What you should do: Print out the data below in full, exactly as written.

====

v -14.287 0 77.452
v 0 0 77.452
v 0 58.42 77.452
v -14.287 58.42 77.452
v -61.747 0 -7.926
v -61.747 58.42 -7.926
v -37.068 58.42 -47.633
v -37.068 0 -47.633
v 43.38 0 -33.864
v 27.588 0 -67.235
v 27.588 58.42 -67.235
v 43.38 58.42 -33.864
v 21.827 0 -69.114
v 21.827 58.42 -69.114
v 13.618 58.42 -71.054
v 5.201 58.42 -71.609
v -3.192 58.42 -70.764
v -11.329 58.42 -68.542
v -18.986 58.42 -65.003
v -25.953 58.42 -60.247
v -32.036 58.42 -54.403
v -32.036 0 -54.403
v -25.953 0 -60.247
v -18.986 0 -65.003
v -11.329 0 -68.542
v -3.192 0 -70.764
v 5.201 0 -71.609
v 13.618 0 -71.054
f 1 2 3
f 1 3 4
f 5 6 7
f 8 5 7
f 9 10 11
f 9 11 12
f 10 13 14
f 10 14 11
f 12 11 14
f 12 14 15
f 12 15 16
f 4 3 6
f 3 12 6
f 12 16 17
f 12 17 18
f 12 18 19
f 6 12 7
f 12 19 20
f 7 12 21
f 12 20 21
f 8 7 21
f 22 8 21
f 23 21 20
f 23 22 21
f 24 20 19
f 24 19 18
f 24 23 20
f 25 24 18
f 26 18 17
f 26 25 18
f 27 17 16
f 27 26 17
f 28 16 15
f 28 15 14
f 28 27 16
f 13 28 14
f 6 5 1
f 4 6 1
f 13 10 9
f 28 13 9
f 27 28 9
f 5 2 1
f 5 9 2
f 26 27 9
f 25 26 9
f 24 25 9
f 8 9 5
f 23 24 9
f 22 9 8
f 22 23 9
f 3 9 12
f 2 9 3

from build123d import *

# Parameters (mm, degrees)
BOSS_EXTRUDE1_DEPTH = 58.42
CHAMFER5_START      = -95.906013746
CHAMFER5_OUTLINE_W  = 100
CHAMFER5_OUTLINE_H  = 58.42
CHAMFER5_DEPTH      = 45.787595784


with BuildPart() as part:
    # Sketch1 → Boss-Extrude1 (new body)
    with BuildSketch(Plane(origin=(0, 0, 0), x_dir=(1, 0, 0), z_dir=(0, 1, 0))):
        with BuildLine():
            Line((-66.673768512, 0), (-37.067821873, 47.633329988))
            ThreePointArc((-37.067821873, 47.633329988), (-11.329209284, 68.541566023), (21.82652777, 69.113940477))
            Line((21.82652777, 69.113940477), (53.138492197, 58.903517294))
            Line((53.138492197, 58.903517294), (0, -77.45185891))
            Line((0, -77.45185891), (-66.673768512, -77.45185891))
            Line((-66.673768512, -77.45185891), (-66.673768512, 0))
        make_face()
    extrude(amount=BOSS_EXTRUDE1_DEPTH)

    # Chamfer4
    # the kernel refuses this chamfer: 25.4 mm, written as the material it takes off along each edge
    with BuildSketch(Plane(origin=(53.138492197, -68.954815123, -58.903517294), x_dir=(-0.9507298394814789, 0, -0.3100205998309166), z_dir=(0, 1, 0))) as chamfer4_piece_1:
        with BuildLine():
            Line((27.572040722, -0.738386759), (0.816641802, 27.56983389))
            Line((0.816641802, 27.56983389), (0.309449153, 27.598462833))
            ThreePointArc((0.309449153, 27.598462833), (0.269734882, 13.792739557), (-0.507192649, 0.028628943))
            Line((-0.507192649, 0.028628943), (0, -0.508))
            ThreePointArc((0, -0.508), (13.786020361, -0.508), (27.572040722, -1.246386759))
            Line((27.572040722, -1.246386759), (27.572040722, -0.738386759))
        make_face()
    extrude(amount=196.329630245, mode=Mode.SUBTRACT)

    # Chamfer5: read off the stored shape, not the designer's step
    # Chamfer5 outline → Chamfer5 (cut)
    with BuildSketch(Plane(origin=(0, 0, 0), x_dir=(0.48585842778436206, 0, 0.8740375210200692), z_dir=(0.8740375210200692, 0, -0.48585842778436206)).offset(CHAMFER5_START)):
        with Locations((12, -29.21)):
            Rectangle(CHAMFER5_OUTLINE_W, CHAMFER5_OUTLINE_H)
    extrude(amount=CHAMFER5_DEPTH, mode=Mode.SUBTRACT)


solid = part.part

====

Expected answer:
v -14.287 0 77.452
v 0 0 77.452
v 0 58.42 77.452
v -14.287 58.42 77.452
v -61.747 0 -7.926
v -61.747 58.42 -7.926
v -37.068 58.42 -47.633
v -37.068 0 -47.633
v 43.38 0 -33.864
v 27.588 0 -67.235
v 27.588 58.42 -67.235
v 43.38 58.42 -33.864
v 21.827 0 -69.114
v 21.827 58.42 -69.114
v 13.618 58.42 -71.054
v 5.201 58.42 -71.609
v -3.192 58.42 -70.764
v -11.329 58.42 -68.542
v -18.986 58.42 -65.003
v -25.953 58.42 -60.247
v -32.036 58.42 -54.403
v -32.036 0 -54.403
v -25.953 0 -60.247
v -18.986 0 -65.003
v -11.329 0 -68.542
v -3.192 0 -70.764
v 5.201 0 -71.609
v 13.618 0 -71.054
f 1 2 3
f 1 3 4
f 5 6 7
f 8 5 7
f 9 10 11
f 9 11 12
f 10 13 14
f 10 14 11
f 12 11 14
f 12 14 15
f 12 15 16
f 4 3 6
f 3 12 6
f 12 16 17
f 12 17 18
f 12 18 19
f 6 12 7
f 12 19 20
f 7 12 21
f 12 20 21
f 8 7 21
f 22 8 21
f 23 21 20
f 23 22 21
f 24 20 19
f 24 19 18
f 24 23 20
f 25 24 18
f 26 18 17
f 26 25 18
f 27 17 16
f 27 26 17
f 28 16 15
f 28 15 14
f 28 27 16
f 13 28 14
f 6 5 1
f 4 6 1
f 13 10 9
f 28 13 9
f 27 28 9
f 5 2 1
f 5 9 2
f 26 27 9
f 25 26 9
f 24 25 9
f 8 9 5
f 23 24 9
f 22 9 8
f 22 23 9
f 3 9 12
f 2 9 3

from build123d import *

# Parameters (mm, degrees)
BOSS_EXTRUDE1_DEPTH = 58.42
CHAMFER5_START      = -95.906013746
CHAMFER5_OUTLINE_W  = 100
CHAMFER5_OUTLINE_H  = 58.42
CHAMFER5_DEPTH      = 45.787595784


with BuildPart() as part:
    # Sketch1 → Boss-Extrude1 (new body)
    with BuildSketch(Plane(origin=(0, 0, 0), x_dir=(1, 0, 0), z_dir=(0, 1, 0))):
        with BuildLine():
            Line((-66.673768512, 0), (-37.067821873, 47.633329988))
            ThreePointArc((-37.067821873, 47.633329988), (-11.329209284, 68.541566023), (21.82652777, 69.113940477))
            Line((21.82652777, 69.113940477), (53.138492197, 58.903517294))
            Line((53.138492197, 58.903517294), (0, -77.45185891))
            Line((0, -77.45185891), (-66.673768512, -77.45185891))
            Line((-66.673768512, -77.45185891), (-66.673768512, 0))
        make_face()
    extrude(amount=BOSS_EXTRUDE1_DEPTH)

    # Chamfer4
    # the kernel refuses this chamfer: 25.4 mm, written as the material it takes off along each edge
    with BuildSketch(Plane(origin=(53.138492197, -68.954815123, -58.903517294), x_dir=(-0.9507298394814789, 0, -0.3100205998309166), z_dir=(0, 1, 0))) as chamfer4_piece_1:
        with BuildLine():
            Line((27.572040722, -0.738386759), (0.816641802, 27.56983389))
            Line((0.816641802, 27.56983389), (0.309449153, 27.598462833))
            ThreePointArc((0.309449153, 27.598462833), (0.269734882, 13.792739557), (-0.507192649, 0.028628943))
            Line((-0.507192649, 0.028628943), (0, -0.508))
            ThreePointArc((0, -0.508), (13.786020361, -0.508), (27.572040722, -1.246386759))
            Line((27.572040722, -1.246386759), (27.572040722, -0.738386759))
        make_face()
    extrude(amount=196.329630245, mode=Mode.SUBTRACT)

    # Chamfer5: read off the stored shape, not the designer's step
    # Chamfer5 outline → Chamfer5 (cut)
    with BuildSketch(Plane(origin=(0, 0, 0), x_dir=(0.48585842778436206, 0, 0.8740375210200692), z_dir=(0.8740375210200692, 0, -0.48585842778436206)).offset(CHAMFER5_START)):
        with Locations((12, -29.21)):
            Rectangle(CHAMFER5_OUTLINE_W, CHAMFER5_OUTLINE_H)
    extrude(amount=CHAMFER5_DEPTH, mode=Mode.SUBTRACT)


solid = part.part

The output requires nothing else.